# Sunday evening kickback



## WellSeasoned (Sep 8, 2013)

You thought chainsaw huh?


----------



## Adios Pantalones (Sep 8, 2013)

Very nice. We went on the Duck boat tour in Boston today, also finished 2 face jugs and am now canning 8 pints of salsa. This is as much relaxing as I get. 
Second one is an attempt at a self portrait

[ATTACH110873[/ATTACH]


----------



## WellSeasoned (Sep 8, 2013)

Sweet! They get better every time u post them! Do you sell them at all? You should make some of those tree faces.


----------



## Adios Pantalones (Sep 8, 2013)

WellSeasoned said:


> Sweet!
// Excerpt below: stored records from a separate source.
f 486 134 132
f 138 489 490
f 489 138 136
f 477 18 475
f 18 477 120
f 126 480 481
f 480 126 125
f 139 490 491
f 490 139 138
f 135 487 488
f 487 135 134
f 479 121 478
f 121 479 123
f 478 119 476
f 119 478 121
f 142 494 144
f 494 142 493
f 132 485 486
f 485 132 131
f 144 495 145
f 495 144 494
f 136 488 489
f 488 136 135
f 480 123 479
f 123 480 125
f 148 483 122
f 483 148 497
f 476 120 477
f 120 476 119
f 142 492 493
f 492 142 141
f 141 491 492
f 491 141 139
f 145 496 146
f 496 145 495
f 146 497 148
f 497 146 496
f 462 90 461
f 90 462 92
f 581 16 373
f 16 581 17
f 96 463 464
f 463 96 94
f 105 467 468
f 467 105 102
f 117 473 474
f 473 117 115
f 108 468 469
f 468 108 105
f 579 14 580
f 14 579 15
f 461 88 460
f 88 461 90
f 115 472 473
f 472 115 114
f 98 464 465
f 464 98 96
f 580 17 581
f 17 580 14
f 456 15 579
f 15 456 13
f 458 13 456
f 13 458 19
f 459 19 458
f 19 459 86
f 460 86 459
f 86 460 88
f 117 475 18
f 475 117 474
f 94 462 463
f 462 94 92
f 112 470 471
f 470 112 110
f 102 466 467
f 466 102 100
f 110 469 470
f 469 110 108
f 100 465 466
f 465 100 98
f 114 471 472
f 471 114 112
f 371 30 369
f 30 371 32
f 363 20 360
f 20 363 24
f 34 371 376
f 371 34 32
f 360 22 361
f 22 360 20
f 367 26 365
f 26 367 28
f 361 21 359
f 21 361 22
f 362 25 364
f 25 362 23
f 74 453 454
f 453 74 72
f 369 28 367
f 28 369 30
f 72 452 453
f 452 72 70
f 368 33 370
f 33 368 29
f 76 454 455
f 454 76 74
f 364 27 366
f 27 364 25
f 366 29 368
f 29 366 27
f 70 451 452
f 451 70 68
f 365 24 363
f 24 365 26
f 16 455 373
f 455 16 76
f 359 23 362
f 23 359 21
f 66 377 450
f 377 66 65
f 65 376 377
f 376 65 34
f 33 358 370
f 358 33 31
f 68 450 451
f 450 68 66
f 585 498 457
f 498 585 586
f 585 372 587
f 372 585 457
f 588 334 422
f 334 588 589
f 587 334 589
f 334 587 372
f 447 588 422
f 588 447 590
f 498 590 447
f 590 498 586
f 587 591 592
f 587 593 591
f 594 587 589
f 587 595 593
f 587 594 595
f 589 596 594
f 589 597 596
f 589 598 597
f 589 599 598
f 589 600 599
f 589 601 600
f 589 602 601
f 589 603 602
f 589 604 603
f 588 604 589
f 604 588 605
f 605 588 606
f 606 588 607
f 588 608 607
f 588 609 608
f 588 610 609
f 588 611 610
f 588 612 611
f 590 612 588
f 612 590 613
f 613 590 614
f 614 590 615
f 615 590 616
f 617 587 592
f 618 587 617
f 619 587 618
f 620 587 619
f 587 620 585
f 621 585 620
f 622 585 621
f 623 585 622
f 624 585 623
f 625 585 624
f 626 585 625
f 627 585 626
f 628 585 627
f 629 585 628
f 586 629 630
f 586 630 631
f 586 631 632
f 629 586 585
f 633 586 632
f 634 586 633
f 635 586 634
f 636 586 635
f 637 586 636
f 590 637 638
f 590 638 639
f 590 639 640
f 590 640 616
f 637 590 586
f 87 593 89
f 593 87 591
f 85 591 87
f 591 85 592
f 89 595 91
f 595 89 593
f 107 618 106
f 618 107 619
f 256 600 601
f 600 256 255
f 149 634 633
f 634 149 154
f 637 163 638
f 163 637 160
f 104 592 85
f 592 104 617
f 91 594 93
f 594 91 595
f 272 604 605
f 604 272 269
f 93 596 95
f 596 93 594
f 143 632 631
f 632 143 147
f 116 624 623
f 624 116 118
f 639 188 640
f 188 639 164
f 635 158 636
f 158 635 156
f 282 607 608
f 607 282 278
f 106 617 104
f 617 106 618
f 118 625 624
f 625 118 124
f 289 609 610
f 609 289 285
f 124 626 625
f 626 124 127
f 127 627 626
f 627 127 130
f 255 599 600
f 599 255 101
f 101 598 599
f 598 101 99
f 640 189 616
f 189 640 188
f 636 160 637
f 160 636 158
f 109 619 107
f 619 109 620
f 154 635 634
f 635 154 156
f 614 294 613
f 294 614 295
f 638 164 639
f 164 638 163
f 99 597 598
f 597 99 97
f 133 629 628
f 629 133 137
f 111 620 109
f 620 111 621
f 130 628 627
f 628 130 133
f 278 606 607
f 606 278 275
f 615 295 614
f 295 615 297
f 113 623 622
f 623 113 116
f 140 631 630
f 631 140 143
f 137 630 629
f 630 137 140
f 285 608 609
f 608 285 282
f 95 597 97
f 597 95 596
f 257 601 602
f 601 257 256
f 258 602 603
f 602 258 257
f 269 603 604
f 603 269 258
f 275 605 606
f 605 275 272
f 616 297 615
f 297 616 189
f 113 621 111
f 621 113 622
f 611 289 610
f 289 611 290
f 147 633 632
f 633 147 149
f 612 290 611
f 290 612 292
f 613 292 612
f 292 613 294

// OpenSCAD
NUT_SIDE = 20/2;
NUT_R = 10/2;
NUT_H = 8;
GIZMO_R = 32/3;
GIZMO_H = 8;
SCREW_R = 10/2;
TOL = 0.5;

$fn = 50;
They get better every time u post them! Do you sell them at all? You should make some of those tree faces.


Thanks! Yes I do sell some. Next one is a "Green Man" for one of our Hearth pagans.


----------



## Hills Hoard (Sep 8, 2013)

great looking area to relax!...


----------



## BrotherBart (Sep 8, 2013)

I thought "face jug" would be a third of a jug.


----------



## btuser (Sep 8, 2013)

I hope there isn't a head in that pressure cooker.

It's gonna shrink.


----------



## Ashful (Sep 8, 2013)

Nice detail on that splitting injury, but where are the stitches?


----------



## fishingpol (Sep 8, 2013)

Hot off the press tonight.  Salvaged cherry box with natural edge lid. 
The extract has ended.